Data for the task Start Marker

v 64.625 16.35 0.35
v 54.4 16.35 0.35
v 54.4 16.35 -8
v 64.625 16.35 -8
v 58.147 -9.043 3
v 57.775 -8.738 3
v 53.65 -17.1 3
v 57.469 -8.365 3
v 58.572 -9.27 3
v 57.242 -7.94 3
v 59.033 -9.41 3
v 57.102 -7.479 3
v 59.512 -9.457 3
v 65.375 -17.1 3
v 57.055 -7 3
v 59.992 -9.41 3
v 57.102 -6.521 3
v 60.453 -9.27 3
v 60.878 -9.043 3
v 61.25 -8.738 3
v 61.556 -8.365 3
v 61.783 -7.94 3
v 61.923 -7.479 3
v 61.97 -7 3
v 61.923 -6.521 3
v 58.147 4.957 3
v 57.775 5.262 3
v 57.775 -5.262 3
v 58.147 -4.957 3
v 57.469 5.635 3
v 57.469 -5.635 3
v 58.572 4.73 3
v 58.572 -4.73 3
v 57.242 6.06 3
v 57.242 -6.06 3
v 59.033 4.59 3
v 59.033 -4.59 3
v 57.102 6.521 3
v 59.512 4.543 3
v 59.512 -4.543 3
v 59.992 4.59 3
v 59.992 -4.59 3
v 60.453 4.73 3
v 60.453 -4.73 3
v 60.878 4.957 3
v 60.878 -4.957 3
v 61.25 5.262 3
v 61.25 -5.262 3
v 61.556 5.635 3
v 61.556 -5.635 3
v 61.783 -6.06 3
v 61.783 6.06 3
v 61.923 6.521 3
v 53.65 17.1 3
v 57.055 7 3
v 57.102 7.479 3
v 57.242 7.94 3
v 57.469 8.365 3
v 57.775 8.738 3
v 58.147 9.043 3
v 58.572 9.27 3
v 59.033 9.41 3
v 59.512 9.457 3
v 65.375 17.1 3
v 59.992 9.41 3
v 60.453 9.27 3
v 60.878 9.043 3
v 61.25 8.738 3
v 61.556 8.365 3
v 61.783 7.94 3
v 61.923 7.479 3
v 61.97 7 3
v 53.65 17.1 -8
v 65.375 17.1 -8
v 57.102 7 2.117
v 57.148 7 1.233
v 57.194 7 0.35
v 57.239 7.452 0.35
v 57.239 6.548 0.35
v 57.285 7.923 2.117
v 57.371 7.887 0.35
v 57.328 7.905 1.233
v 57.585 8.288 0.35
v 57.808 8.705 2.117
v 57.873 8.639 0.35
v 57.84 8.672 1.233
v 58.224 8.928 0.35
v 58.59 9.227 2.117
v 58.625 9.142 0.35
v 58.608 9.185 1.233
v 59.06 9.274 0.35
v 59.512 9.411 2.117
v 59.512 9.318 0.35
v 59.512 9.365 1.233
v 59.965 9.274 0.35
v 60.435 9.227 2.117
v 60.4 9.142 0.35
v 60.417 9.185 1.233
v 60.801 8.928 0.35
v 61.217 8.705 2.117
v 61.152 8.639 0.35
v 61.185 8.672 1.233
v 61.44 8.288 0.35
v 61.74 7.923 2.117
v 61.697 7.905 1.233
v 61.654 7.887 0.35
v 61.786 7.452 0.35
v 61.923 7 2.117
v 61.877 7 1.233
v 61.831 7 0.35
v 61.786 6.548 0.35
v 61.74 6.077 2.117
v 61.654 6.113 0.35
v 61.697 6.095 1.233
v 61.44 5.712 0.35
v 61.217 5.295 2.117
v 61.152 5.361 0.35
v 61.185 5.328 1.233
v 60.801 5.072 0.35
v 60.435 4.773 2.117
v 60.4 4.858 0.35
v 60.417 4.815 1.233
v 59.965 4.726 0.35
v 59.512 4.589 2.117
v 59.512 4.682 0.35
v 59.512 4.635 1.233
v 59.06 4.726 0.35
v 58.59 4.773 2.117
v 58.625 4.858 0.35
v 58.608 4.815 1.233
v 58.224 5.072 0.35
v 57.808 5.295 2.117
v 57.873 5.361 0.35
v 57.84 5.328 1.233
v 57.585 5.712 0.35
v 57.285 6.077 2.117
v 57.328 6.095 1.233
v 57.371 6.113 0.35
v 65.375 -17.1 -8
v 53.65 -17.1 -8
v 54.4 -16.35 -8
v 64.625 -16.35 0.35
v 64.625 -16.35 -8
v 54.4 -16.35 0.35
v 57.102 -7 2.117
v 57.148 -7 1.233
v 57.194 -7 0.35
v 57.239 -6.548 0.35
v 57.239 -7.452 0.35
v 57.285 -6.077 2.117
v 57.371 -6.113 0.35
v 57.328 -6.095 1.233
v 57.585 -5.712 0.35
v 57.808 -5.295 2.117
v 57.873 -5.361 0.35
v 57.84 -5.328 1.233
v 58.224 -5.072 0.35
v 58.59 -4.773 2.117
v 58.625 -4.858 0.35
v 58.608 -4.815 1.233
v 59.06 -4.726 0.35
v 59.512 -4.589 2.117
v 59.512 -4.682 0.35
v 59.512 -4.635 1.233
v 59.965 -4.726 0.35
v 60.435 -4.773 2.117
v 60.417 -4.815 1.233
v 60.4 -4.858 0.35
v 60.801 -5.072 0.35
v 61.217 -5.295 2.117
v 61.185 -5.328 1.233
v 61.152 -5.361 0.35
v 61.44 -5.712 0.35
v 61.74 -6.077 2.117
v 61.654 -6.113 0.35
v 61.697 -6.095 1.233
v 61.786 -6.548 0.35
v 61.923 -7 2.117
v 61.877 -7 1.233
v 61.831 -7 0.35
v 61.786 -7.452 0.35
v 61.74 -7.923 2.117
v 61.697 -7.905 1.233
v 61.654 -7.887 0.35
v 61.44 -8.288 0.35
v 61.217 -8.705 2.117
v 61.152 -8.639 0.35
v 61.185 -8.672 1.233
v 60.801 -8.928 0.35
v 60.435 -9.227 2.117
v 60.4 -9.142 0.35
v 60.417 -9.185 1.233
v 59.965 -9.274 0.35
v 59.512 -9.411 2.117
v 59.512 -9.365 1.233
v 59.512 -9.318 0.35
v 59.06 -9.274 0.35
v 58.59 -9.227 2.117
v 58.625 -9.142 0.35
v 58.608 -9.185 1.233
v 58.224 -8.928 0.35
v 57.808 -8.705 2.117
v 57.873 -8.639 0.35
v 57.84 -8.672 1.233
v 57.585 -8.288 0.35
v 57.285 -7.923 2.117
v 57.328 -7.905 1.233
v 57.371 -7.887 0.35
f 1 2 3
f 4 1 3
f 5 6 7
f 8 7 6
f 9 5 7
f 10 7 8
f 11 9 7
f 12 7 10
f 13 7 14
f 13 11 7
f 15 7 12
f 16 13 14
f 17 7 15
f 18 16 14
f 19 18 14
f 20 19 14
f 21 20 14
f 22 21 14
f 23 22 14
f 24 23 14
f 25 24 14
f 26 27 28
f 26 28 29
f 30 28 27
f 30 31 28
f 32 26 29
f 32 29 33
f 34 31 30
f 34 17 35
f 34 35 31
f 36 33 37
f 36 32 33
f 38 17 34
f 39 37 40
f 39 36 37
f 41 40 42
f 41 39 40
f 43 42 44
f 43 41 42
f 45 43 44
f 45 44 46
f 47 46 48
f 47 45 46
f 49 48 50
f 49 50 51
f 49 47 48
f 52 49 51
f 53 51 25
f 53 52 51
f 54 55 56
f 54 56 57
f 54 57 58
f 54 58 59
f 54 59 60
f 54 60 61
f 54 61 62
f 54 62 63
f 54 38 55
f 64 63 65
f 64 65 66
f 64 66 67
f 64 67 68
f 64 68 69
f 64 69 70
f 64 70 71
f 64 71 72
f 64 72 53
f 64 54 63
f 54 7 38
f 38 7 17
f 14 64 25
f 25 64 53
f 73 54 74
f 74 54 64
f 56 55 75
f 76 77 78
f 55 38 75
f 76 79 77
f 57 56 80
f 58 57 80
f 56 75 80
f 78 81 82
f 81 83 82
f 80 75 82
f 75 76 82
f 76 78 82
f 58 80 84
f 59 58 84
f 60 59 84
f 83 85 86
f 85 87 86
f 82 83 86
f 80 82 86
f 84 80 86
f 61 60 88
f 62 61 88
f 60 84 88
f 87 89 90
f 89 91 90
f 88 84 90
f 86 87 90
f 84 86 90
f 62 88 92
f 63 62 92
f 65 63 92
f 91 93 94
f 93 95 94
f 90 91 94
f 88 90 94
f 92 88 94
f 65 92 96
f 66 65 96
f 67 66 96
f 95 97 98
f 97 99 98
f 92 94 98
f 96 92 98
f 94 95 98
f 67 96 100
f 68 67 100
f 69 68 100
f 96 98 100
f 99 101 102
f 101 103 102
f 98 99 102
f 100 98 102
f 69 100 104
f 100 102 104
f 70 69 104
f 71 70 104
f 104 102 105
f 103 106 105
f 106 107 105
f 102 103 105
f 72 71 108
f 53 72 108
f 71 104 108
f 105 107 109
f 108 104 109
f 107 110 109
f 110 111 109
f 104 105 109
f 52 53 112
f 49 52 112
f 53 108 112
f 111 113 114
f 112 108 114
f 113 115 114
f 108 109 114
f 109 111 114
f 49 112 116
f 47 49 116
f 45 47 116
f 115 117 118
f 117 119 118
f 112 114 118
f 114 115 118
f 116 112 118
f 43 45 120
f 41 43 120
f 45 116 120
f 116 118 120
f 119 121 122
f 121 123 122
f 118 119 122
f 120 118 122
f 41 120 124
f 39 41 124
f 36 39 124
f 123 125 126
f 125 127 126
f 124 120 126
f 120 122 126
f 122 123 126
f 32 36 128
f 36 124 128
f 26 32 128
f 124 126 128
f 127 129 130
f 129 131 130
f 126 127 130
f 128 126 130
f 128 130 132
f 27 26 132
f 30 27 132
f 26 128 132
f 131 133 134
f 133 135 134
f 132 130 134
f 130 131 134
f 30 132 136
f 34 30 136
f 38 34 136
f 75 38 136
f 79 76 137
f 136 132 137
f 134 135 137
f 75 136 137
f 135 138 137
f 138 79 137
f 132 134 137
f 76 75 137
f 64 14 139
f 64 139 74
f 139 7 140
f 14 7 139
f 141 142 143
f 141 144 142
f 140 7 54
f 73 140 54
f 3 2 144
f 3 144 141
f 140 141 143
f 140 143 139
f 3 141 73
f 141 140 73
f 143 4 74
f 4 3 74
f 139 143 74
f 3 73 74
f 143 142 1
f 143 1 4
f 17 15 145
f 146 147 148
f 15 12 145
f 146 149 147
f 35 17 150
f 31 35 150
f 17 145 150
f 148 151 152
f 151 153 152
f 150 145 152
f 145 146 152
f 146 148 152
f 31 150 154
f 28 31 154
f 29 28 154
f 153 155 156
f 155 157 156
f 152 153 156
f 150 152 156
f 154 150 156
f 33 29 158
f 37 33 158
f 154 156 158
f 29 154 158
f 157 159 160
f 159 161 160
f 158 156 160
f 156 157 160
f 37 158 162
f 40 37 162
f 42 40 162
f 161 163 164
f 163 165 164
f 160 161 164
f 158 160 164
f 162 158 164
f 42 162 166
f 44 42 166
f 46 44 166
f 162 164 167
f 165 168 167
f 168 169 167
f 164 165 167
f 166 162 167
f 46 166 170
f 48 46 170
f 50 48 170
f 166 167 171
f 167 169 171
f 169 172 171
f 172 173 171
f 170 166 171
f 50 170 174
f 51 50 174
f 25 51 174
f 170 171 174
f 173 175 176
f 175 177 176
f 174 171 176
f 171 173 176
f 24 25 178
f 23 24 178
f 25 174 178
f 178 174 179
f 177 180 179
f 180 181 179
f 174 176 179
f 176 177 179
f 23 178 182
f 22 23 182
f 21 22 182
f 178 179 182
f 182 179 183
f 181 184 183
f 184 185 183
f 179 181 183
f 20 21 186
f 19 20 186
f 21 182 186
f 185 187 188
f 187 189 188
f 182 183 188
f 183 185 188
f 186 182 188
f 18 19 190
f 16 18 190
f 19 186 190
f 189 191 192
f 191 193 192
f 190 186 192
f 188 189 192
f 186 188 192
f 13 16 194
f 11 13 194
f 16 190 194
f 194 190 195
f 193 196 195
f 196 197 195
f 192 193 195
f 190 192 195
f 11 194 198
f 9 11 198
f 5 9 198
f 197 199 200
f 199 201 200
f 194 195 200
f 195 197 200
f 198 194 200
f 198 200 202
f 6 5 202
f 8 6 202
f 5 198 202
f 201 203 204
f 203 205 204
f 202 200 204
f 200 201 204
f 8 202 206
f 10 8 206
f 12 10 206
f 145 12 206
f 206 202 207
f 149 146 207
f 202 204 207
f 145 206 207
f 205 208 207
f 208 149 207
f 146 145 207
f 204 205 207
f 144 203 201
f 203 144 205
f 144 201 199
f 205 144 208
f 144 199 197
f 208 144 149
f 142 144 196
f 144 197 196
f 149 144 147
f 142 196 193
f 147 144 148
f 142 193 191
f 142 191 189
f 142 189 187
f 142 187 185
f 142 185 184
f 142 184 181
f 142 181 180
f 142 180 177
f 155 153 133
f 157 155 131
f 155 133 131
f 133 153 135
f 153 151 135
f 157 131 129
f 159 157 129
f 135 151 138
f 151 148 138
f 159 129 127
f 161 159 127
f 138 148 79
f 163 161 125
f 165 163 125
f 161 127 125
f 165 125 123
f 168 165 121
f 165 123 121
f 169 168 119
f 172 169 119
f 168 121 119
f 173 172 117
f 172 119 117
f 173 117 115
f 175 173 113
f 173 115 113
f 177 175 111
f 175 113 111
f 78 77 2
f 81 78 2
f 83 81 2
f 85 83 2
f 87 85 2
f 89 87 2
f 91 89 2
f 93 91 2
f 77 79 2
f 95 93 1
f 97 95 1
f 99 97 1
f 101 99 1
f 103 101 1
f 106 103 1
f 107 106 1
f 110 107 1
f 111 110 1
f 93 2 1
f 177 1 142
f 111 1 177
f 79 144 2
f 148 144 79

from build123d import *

# Parameters (mm, degrees)
SKETCH1_W                    = 9.525
SKETCH1_H                    = 32
BOSS_EXTRUDE1_DEPTH          = 3
SKETCH2_W                    = 11.725
SKETCH2_H                    = 34.2
SKETCH2_W_2                  = 9.525
SKETCH2_H_2                  = 32
BOSS_EXTRUDE2_DEPTH          = 11
SKETCH3_R                    = 2.3
CUT_EXTRUDE1_DEPTH           = 69.046312354
CUT_EXTRUDE1_DRAFT           = 3
CUT_EXTRUDE1_PROFILE_2_DEPTH = 69.046312354
CUT_EXTRUDE1_PROFILE_2_DRAFT = 3
MOVE_FACE1_BY                = 0.35
MOVE_FACE1_2_BY              = 0.35
MOVE_FACE1_3_BY              = 0.35
MOVE_FACE1_4_BY              = 0.35
MOVE_FACE1_5_BY              = 0.35


with BuildPart() as part:
    # Sketch1 → Boss-Extrude1 (new body)
    with BuildSketch(Plane.XY):
        with Locations((59.5125, 0)):
            Rectangle(SKETCH1_W, SKETCH1_H)
    extrude(amount=BOSS_EXTRUDE1_DEPTH)

    # Sketch2 → Boss-Extrude2 (add)
    with BuildSketch(Plane.XY.offset(3)):
        with Locations((59.5125, 0)):
            Rectangle(SKETCH2_W, SKETCH2_H)
        with Locations((59.5125, 0)):
            Rectangle(SKETCH2_W_2, SKETCH2_H_2, mode=Mode.SUBTRACT)
    extrude(amount=-BOSS_EXTRUDE2_DEPTH)


with BuildPart() as cut_extrude1_tool:
    # Sketch3 → Cut-Extrude1 (with draft: the straight prism first)
    with BuildSketch(Plane(origin=(0, 0, 0), x_dir=(-1, 0, 0), z_dir=(0, 0, -1))):
        with Locations((-59.5125, 7)):
            Circle(SKETCH3_R)
    extrude(amount=-CUT_EXTRUDE1_DEPTH)
    # Cut-Extrude1: the draft: its side faces are tilted about the plane it starts from
    cut_extrude1_sides = [cut_extrude1_tool.faces().sort_by_distance(p)[0] for p in [
        (61.8125, 7, 34.523156177),
    ]]
    draft(cut_extrude1_sides, Plane(origin=(0, 0, 0), x_dir=(-1, 0, 0), z_dir=(0, 0, -1)), CUT_EXTRUDE1_DRAFT)


with BuildPart() as part_1:
    add(part.part)

    # Cut-Extrude1: cut by cut_extrude1_tool
    add(cut_extrude1_tool.part, mode=Mode.SUBTRACT)


with BuildPart() as cut_extrude1_profile_2_tool:
    # Sketch3 → Cut-Extrude1 profile 2 (with draft: the straight prism first)
    with BuildSketch(Plane(origin=(0, 0, 0), x_dir=(-1, 0, 0), z_dir=(0, 0, -1))):
        with Locations((-59.5125, -7)):
            Circle(SKETCH3_R)
    extrude(amount=-CUT_EXTRUDE1_PROFILE_2_DEPTH)
    # Cut-Extrude1 profile 2: the draft: its side faces are tilted about the plane it starts from
    cut_extrude1_profile_2_sides = [cut_extrude1_profile_2_tool.faces().sort_by_distance(p)[0] for p in [
        (61.8125, -7, 34.523156177),
    ]]
    draft(cut_extrude1_profile_2_sides, Plane(origin=(0, 0, 0), x_dir=(-1, 0, 0), z_dir=(0, 0, -1)), CUT_EXTRUDE1_PROFILE_2_DRAFT)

Data for the task End Marker

Starting at the line that has "f 157 131 129" and ending at the line that has "f 175 113 111", please write out the lines above exactly, leaving out all others.

f 157 131 129
f 159 157 129
f 135 151 138
f 151 148 138
f 159 129 127
f 161 159 127
f 138 148 79
f 163 161 125
f 165 163 125
f 161 127 125
f 165 125 123
f 168 165 121
f 165 123 121
f 169 168 119
f 172 169 119
f 168 121 119
f 173 172 117
f 172 119 117
f 173 117 115
f 175 173 113
f 173 115 113
f 177 175 111
f 175 113 111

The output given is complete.